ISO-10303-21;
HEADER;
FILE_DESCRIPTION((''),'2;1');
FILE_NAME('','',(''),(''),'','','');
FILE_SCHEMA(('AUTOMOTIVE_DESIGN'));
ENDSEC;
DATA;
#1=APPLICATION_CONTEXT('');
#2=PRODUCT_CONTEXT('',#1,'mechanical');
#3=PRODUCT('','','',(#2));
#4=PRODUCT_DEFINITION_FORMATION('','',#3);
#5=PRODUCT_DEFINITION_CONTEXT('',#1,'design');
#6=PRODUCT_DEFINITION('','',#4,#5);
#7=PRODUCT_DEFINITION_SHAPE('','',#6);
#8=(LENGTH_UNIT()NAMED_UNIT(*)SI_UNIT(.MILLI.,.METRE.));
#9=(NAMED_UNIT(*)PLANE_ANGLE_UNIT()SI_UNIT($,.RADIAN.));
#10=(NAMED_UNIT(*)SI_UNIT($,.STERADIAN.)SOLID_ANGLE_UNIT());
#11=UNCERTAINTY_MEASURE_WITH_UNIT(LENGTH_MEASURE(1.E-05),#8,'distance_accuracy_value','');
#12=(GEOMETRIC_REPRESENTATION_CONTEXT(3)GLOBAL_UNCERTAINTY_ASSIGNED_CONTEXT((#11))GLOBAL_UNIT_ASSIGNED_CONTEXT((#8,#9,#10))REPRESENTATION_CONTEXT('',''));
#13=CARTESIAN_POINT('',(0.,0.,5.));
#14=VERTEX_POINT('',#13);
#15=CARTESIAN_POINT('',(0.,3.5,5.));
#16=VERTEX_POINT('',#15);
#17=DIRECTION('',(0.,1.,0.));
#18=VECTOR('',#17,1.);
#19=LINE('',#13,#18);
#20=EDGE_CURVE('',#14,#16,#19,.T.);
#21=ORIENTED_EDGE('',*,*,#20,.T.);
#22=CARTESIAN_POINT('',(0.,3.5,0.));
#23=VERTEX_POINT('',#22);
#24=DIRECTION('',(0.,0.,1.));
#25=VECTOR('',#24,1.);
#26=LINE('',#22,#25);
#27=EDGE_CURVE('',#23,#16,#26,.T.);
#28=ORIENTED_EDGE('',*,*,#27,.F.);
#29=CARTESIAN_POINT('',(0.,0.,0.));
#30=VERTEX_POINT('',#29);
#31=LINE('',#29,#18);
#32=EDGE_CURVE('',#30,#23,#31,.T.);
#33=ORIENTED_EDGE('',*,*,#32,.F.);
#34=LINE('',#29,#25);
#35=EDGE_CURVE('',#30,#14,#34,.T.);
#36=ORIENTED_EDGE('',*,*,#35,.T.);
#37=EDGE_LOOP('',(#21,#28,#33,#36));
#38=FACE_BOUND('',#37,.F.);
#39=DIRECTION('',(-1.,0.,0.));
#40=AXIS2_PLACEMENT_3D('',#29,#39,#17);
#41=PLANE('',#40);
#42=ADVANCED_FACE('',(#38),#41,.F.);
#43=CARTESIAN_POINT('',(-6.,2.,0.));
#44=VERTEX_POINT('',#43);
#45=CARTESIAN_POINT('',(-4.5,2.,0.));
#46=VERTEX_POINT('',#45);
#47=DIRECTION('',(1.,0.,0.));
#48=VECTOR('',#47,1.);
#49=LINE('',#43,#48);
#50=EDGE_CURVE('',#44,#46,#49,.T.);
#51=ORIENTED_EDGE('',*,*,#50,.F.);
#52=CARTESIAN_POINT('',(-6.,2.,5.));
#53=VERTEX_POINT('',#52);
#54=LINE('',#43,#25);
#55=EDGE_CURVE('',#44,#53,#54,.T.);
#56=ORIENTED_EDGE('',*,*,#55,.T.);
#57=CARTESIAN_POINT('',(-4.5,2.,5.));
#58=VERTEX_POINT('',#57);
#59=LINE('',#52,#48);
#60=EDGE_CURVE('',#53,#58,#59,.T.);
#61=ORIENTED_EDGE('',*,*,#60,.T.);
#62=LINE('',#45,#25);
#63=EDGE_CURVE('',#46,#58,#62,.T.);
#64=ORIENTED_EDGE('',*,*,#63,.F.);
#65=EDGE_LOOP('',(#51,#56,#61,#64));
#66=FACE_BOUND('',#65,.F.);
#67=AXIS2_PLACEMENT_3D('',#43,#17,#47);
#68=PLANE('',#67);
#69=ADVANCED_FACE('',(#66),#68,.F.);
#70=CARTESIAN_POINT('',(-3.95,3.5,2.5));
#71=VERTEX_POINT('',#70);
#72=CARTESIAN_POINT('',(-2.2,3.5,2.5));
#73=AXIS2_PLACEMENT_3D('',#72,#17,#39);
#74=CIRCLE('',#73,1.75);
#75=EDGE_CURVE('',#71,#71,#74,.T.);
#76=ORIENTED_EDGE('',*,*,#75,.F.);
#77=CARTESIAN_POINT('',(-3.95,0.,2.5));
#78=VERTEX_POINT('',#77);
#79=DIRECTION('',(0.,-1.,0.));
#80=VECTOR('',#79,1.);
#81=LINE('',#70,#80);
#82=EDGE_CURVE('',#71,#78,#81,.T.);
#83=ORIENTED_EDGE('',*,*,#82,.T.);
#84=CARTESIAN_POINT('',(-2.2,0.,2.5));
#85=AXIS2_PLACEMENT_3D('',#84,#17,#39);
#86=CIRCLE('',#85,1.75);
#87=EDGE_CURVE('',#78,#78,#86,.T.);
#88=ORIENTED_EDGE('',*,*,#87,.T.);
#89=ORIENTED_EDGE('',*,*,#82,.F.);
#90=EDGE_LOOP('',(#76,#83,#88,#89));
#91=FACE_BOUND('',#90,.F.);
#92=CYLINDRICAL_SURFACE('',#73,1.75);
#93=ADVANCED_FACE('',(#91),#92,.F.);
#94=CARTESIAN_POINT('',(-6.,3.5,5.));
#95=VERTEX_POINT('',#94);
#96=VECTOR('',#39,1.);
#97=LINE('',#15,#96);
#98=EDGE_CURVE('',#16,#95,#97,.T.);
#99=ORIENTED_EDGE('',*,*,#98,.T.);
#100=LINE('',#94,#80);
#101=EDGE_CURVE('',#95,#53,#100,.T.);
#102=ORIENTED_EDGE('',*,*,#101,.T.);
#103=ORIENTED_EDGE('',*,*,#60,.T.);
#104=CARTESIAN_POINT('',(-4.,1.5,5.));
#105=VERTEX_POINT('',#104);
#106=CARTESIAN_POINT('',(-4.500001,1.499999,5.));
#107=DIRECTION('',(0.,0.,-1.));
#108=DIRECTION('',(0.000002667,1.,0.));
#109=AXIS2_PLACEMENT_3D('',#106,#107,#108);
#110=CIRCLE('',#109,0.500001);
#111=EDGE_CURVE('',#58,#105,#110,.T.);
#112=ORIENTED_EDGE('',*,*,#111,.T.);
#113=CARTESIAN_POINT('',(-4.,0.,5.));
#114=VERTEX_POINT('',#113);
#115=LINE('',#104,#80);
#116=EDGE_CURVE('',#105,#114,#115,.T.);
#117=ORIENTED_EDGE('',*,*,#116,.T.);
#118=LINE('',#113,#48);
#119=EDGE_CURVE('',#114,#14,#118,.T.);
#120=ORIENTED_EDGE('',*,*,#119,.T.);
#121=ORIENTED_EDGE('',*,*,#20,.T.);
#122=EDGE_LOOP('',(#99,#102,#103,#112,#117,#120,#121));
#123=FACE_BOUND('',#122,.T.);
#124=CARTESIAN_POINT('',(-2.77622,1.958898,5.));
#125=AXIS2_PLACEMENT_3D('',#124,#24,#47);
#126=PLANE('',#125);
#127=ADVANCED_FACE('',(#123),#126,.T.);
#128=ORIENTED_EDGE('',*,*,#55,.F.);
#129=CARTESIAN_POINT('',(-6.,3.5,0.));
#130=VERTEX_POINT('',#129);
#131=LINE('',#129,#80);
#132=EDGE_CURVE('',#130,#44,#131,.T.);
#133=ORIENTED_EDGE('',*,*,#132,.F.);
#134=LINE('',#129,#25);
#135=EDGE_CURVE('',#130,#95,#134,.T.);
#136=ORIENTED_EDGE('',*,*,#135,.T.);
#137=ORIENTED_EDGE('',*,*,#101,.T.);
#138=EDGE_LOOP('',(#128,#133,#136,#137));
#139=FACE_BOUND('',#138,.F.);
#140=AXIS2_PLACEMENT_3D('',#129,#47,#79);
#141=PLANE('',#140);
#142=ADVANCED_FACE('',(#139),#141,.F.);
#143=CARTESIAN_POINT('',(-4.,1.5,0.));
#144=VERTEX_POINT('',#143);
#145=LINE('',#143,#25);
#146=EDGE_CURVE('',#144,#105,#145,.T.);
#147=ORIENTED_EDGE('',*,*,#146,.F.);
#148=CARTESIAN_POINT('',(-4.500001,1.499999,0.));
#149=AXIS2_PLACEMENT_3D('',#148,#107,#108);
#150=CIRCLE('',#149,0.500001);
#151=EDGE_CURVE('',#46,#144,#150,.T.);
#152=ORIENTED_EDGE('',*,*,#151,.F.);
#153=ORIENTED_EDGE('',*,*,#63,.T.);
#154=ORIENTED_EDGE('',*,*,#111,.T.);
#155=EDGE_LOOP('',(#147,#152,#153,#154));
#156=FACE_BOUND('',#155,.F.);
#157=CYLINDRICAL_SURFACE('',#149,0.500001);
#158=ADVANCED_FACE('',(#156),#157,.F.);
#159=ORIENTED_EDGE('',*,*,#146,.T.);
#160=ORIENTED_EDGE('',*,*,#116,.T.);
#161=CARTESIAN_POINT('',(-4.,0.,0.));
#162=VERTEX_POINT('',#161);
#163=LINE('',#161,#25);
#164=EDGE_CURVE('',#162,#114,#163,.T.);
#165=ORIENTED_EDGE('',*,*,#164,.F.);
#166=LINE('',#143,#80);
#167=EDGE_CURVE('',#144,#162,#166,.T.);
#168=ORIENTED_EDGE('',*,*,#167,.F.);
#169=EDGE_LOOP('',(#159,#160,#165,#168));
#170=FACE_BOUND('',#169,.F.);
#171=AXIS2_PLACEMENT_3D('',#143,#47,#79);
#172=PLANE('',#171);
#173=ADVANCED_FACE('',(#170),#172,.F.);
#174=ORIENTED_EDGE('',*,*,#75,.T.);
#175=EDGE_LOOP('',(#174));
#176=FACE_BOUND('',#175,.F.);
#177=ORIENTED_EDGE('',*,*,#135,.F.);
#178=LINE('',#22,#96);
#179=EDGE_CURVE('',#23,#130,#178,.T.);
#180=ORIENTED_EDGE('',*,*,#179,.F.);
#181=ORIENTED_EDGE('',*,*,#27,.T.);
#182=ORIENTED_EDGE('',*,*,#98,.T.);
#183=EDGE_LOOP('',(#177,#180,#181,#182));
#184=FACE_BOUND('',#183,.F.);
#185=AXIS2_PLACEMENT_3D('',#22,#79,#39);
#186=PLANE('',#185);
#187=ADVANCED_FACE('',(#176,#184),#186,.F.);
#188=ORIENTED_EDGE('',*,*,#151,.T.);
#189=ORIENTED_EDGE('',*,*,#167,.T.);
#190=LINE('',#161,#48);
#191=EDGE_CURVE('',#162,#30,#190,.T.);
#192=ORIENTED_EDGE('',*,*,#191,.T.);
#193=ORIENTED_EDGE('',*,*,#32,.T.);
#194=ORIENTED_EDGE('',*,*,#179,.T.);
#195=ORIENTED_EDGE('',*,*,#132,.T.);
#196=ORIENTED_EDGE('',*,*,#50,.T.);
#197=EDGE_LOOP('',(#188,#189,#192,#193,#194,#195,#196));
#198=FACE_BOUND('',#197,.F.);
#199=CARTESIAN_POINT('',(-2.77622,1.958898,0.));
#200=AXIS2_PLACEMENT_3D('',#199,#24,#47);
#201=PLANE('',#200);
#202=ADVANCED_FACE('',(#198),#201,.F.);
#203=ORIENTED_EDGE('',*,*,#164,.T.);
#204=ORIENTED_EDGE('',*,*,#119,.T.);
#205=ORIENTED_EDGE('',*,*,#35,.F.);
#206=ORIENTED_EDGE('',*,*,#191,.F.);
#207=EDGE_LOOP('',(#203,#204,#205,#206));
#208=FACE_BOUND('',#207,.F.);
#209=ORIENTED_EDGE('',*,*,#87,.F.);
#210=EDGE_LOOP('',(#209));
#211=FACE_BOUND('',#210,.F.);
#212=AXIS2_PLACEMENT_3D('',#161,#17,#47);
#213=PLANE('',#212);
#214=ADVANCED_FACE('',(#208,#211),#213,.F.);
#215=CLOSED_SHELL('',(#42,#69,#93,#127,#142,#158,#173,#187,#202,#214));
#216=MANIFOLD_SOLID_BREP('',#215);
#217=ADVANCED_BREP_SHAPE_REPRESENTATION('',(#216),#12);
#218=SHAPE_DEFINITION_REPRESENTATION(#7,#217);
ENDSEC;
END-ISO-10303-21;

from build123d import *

# Parameters (mm, degrees)
F1_DEPTH = 5
F2_R     = 1.75
F3_DEPTH = 25


with BuildPart() as f1:
    # F0 (on Top) → F1 (new body)
    with BuildSketch(Plane.XY):
        with BuildLine():
            Line((-4, 0), (0, 0))
            Line((0, 0), (0, 3.5))
            Line((0, 3.5), (-6, 3.5))
            Line((-6, 3.5), (-6, 2))
            Line((-6, 2), (-4.5, 2))
            ThreePointArc((-4.5, 2), (-4.146447, 1.853553), (-4, 1.5))
            Line((-4, 1.5), (-4, 0))
        make_face()
    extrude(amount=F1_DEPTH)

    # F2 (on face) → F3 (cut)
    with BuildSketch(Plane(origin=(0, 3.5, 0), x_dir=(-1, 0, 0), z_dir=(0, 1, 0))):
        with Locations((2.2, 2.5)):
            Circle(F2_R)
    extrude(amount=-F3_DEPTH, mode=Mode.SUBTRACT)


solid = f1.part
------
• [Work request]:
Using only the entries above, output the line with "#178=LINE('',#22,#96);", the line with "#194=ORIENTED_EDGE('',*,*,#179,.T.);", and all lines between them, exactly as they stand.

• [Result for this exercise]:
#178=LINE('',#22,#96);
#179=EDGE_CURVE('',#23,#130,#178,.T.);
#180=ORIENTED_EDGE('',*,*,#179,.F.);
#181=ORIENTED_EDGE('',*,*,#27,.T.);
#182=ORIENTED_EDGE('',*,*,#98,.T.);
#183=EDGE_LOOP('',(#177,#180,#181,#182));
#184=FACE_BOUND('',#183,.F.);
#185=AXIS2_PLACEMENT_3D('',#22,#79,#39);
#186=PLANE('',#185);
#187=ADVANCED_FACE('',(#176,#184),#186,.F.);
#188=ORIENTED_EDGE('',*,*,#151,.T.);
#189=ORIENTED_EDGE('',*,*,#167,.T.);
#190=LINE('',#161,#48);
#191=EDGE_CURVE('',#162,#30,#190,.T.);
#192=ORIENTED_EDGE('',*,*,#191,.T.);
#193=ORIENTED_EDGE('',*,*,#32,.T.);
#194=ORIENTED_EDGE('',*,*,#179,.T.);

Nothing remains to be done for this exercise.